The S/S Montebello was different, however, because it was not actively leaking oil at the time, and the assessment would be performed entirely by remotely operated vehicles (ROVs). In addition, we used some innovative and very specialized technologies, including:

  • ultrasonic thickness gauges (to figure out how thick the ship’s hull is).
  • neutron backscatter detectors (to determine the likelihood of oil being in the tanks, without damaging them).
  • a specialized ROV-mounted drill bit that drilled a small hole in the ship, grabbed an oil sample, and then sealed the hole when the tool was extracted (a tool specially built for this project).

Carefully and methodically applying these tools gave us convincing answers while limiting the number of holes created in the ship.

Of course, the more we looked for oil in the S/S Montebello, the less we found. And, in truth, I found that to be a bit anti-climactic.
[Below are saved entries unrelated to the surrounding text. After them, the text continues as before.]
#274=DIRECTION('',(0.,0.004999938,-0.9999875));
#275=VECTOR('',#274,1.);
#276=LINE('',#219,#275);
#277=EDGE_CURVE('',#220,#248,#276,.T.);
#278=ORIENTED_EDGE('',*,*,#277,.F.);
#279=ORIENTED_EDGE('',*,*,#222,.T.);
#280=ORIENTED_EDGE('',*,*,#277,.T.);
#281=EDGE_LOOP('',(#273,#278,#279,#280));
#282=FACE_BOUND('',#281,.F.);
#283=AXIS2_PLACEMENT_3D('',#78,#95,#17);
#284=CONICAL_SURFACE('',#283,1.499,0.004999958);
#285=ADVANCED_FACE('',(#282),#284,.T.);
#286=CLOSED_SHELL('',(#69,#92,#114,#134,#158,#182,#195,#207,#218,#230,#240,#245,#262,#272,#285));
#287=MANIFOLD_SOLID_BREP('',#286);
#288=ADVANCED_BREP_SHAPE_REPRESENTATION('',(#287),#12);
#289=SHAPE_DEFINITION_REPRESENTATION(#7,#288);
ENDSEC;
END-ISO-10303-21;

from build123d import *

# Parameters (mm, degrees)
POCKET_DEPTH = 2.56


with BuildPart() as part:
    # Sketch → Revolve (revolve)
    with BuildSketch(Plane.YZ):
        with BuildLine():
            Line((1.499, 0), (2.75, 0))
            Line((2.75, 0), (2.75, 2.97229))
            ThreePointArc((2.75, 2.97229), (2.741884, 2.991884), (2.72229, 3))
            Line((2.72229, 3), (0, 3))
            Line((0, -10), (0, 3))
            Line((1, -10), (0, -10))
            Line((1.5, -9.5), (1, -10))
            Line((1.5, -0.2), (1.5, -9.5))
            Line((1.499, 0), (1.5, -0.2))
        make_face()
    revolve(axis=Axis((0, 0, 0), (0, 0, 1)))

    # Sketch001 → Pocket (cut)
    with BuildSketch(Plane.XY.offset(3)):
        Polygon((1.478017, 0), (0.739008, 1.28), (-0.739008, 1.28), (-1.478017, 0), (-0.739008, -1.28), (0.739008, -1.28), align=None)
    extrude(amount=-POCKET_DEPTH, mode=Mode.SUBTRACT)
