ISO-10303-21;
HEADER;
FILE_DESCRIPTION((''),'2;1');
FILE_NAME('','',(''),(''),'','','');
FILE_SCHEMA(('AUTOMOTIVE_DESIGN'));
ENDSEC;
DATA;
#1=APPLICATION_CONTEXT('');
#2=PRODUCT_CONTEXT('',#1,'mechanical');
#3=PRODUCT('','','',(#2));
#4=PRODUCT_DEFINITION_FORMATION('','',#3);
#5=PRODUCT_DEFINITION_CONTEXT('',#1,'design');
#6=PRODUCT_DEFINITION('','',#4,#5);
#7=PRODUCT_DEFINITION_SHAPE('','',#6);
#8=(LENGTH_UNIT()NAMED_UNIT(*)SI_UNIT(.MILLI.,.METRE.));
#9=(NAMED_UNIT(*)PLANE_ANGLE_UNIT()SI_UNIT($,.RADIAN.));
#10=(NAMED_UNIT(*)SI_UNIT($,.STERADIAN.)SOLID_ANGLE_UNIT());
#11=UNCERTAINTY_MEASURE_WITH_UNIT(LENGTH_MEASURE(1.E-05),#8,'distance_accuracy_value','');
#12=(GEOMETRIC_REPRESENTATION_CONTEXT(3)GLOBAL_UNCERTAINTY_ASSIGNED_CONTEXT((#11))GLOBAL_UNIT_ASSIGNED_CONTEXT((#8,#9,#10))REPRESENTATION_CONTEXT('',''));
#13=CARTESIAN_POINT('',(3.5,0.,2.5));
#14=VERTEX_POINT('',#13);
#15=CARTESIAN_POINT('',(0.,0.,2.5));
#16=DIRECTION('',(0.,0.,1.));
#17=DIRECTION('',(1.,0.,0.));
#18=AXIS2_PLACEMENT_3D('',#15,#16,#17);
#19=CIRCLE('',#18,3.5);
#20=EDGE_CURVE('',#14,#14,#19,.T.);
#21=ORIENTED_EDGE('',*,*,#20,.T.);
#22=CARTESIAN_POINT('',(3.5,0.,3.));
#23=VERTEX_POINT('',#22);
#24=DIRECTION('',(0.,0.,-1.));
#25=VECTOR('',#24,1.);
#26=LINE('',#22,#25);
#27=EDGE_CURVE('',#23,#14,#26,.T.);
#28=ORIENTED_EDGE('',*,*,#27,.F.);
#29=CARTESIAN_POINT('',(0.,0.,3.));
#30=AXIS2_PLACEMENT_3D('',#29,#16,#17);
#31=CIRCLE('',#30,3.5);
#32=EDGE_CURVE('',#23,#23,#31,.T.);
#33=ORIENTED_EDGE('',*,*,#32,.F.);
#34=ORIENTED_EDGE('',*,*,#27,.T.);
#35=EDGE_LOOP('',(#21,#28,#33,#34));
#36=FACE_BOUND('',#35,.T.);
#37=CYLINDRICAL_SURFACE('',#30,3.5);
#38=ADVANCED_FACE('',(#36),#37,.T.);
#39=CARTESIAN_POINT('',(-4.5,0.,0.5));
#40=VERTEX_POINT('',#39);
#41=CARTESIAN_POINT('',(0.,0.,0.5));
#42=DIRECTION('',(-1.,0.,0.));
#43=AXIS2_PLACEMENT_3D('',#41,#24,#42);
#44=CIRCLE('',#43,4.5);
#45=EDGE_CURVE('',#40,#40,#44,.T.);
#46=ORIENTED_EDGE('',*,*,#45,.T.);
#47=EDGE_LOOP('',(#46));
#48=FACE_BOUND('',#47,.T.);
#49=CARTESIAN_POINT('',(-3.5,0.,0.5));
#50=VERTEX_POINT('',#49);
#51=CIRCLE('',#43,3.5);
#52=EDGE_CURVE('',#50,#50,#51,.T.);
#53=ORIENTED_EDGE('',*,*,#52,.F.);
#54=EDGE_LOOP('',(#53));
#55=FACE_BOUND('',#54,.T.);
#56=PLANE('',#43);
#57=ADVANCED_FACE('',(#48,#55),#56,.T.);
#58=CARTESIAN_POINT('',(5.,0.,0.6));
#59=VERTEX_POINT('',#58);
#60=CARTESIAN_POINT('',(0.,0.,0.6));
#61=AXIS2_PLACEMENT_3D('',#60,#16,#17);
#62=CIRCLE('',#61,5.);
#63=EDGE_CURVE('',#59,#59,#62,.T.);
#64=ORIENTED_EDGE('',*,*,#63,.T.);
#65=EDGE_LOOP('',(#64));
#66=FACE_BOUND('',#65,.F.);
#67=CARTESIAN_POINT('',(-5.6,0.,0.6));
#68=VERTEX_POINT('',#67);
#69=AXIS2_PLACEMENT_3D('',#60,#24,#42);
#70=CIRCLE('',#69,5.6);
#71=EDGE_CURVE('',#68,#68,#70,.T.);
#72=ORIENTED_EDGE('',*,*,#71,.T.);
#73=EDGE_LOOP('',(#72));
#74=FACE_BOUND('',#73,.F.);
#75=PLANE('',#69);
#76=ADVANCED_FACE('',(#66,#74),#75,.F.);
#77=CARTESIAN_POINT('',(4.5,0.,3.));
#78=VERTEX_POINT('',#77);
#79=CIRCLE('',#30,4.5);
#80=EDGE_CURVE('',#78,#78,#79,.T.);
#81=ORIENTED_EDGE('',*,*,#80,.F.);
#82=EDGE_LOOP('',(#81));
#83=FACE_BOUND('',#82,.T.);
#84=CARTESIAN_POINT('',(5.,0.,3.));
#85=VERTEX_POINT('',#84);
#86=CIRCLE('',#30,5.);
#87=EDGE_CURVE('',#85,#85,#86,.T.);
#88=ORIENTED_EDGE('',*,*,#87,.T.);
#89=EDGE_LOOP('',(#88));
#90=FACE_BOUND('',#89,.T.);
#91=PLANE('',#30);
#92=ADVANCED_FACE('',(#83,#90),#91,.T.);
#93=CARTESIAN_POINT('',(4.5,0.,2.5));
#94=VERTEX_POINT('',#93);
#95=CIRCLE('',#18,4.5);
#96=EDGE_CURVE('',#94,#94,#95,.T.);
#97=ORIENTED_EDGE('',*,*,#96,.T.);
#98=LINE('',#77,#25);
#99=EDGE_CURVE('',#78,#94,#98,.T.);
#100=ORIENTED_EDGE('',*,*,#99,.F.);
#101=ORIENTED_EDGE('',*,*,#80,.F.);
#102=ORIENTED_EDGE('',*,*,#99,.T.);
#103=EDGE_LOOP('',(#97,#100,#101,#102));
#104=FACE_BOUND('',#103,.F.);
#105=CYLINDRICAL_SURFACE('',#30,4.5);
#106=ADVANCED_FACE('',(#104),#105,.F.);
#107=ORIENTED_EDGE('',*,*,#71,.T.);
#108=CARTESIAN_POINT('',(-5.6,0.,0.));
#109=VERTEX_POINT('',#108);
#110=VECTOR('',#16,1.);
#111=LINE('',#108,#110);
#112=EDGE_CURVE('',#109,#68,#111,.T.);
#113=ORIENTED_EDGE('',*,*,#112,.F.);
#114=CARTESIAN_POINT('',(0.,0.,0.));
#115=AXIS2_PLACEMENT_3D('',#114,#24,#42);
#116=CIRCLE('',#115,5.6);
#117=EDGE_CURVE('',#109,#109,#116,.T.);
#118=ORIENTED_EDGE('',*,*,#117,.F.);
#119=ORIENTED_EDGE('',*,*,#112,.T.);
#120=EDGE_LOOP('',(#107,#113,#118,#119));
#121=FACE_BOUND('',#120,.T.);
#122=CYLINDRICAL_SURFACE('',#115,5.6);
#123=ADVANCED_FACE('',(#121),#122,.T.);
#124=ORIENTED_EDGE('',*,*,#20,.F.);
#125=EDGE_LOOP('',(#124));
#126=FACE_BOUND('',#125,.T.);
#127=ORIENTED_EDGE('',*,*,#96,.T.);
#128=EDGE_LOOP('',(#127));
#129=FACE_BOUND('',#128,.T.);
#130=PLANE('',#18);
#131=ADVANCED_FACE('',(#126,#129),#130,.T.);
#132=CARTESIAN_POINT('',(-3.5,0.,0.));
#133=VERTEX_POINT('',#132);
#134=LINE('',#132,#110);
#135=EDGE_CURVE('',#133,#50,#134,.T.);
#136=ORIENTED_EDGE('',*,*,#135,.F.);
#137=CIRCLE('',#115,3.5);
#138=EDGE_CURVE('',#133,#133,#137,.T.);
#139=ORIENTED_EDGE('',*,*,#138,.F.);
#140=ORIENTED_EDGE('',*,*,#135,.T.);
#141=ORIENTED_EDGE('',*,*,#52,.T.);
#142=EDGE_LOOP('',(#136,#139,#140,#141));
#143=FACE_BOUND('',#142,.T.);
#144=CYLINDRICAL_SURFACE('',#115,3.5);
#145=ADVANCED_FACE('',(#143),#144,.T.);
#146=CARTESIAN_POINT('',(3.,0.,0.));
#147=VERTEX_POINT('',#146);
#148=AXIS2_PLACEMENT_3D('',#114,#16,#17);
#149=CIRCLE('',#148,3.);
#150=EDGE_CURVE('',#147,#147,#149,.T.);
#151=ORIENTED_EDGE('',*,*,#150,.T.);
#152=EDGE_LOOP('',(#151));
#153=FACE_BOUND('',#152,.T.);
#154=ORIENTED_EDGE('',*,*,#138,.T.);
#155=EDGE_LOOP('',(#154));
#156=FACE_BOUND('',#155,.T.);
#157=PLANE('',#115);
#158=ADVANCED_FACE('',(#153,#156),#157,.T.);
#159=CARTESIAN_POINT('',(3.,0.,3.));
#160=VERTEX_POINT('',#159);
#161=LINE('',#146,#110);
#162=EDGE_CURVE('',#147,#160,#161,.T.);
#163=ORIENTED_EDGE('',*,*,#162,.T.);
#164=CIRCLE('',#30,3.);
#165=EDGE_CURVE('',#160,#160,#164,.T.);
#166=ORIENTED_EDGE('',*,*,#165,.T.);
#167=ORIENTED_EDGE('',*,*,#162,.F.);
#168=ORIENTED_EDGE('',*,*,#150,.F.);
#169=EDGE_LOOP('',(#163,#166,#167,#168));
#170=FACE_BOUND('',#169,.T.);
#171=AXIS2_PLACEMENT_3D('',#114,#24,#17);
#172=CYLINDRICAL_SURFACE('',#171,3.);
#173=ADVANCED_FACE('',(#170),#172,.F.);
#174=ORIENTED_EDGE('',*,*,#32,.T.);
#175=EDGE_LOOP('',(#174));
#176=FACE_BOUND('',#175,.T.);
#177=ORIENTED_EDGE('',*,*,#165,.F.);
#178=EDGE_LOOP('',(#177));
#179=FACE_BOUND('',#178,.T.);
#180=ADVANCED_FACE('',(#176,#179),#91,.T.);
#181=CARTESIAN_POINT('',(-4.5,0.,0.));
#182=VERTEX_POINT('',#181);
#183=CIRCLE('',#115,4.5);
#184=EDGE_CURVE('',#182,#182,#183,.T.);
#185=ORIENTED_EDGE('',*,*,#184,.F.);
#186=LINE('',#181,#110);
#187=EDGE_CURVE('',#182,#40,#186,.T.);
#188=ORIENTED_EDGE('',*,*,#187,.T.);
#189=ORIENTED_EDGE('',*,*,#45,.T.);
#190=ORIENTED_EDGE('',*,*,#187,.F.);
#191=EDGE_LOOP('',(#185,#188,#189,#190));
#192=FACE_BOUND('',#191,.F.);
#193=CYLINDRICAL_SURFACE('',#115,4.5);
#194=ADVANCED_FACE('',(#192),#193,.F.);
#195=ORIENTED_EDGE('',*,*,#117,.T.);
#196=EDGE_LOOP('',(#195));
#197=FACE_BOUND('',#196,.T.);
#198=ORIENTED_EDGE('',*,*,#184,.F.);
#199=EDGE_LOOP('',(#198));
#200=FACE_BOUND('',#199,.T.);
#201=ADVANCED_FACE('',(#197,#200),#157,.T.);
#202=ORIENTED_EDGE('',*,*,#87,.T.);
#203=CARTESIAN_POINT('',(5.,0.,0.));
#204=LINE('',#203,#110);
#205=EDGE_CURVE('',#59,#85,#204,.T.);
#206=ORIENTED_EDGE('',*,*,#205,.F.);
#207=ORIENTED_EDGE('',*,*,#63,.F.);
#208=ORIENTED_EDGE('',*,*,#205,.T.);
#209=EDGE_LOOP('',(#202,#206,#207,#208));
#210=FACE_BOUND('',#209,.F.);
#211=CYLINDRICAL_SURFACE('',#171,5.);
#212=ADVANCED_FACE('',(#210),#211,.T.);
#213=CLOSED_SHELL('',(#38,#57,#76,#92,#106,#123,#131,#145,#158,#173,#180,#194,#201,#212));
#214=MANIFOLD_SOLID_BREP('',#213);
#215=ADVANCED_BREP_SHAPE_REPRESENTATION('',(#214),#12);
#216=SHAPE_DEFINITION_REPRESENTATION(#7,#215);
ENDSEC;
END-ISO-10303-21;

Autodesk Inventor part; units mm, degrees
ref_plane "YZ Plane" through (0, 0, 0) normal (1, 0, 0) x (0, 1, 0)
ref_plane "XZ Plane" through (0, 0, 0) normal (0, 1, 0) x (-1, 0, 0)
ref_plane "XY Plane" through (0, 0, 0) normal (0, 0, 1) x (1, 0, 0)
sketch "スケッチ1" plane through (0, 0, 0) normal (0, 0, 1) x (1, 0, 0)
  circle A0 centre (0, 0) radius 3
  circle A1 centre (0, 0) radius 5
  dimension "d0" = 6
  dimension "d1" = 10
extrude "押し出し1" add sketch "スケッチ1" along normal blind 3
sketch "スケッチ2" plane through (0, 0, 0) normal (0, 0, -1) x (-1, 0, 0)
  circle A0 centre (0, 0) radius 3 projected
  circle A1 centre (0, 0) radius 5 projected
  circle A2 centre (0, 0) radius 5.6
  dimension "d4" = 11.2
extrude "押し出し2" add sketch "スケッチ2" against normal blind 0.6 contours A2
sketch "スケッチ3" plane through (0, 0, 3) normal (0, 0, 1) x (1, 0, 0)
  circle A0 centre (0, 0) radius 3 projected
  circle A1 centre (0, 0) radius 5 projected
  circle A2 centre (0, 0) radius 4.5
  circle A3 centre (0, 0) radius 3.5
  dimension "d7" = 0.5
  dimension "d8" = 0.5
extrude "押し出し3" cut sketch "スケッチ3" against normal blind 0.5 contours A2
sketch "スケッチ4" plane through (0, 0, 0) normal (0, 0, -1) x (-1, 0, 0)
  circle A0 centre (0, 0) radius 3.5 projected
  circle A1 centre (0, 0) radius 4.5 projected
extrude "押し出し4" cut sketch "スケッチ4" against normal blind 0.5
properties part number "ベアリングH　d6-D10-B3"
Even so, a long-standing mystery has finally been solved, and I’m proud of our efforts.

Jordan Stout

Jordan Stout.

Jordan Stout currently serves as the NOAA Scientific Support Coordinator in California where he provides scientific and technical support to the U.S. Coast Guard and Environmental Protection Agency in preparing for and responding to oil spills and hazardous material releases.  He has been involved in supporting many significant incidents and responses in California and throughout the nation and was on-scene for the S/S Montebello assessment operation.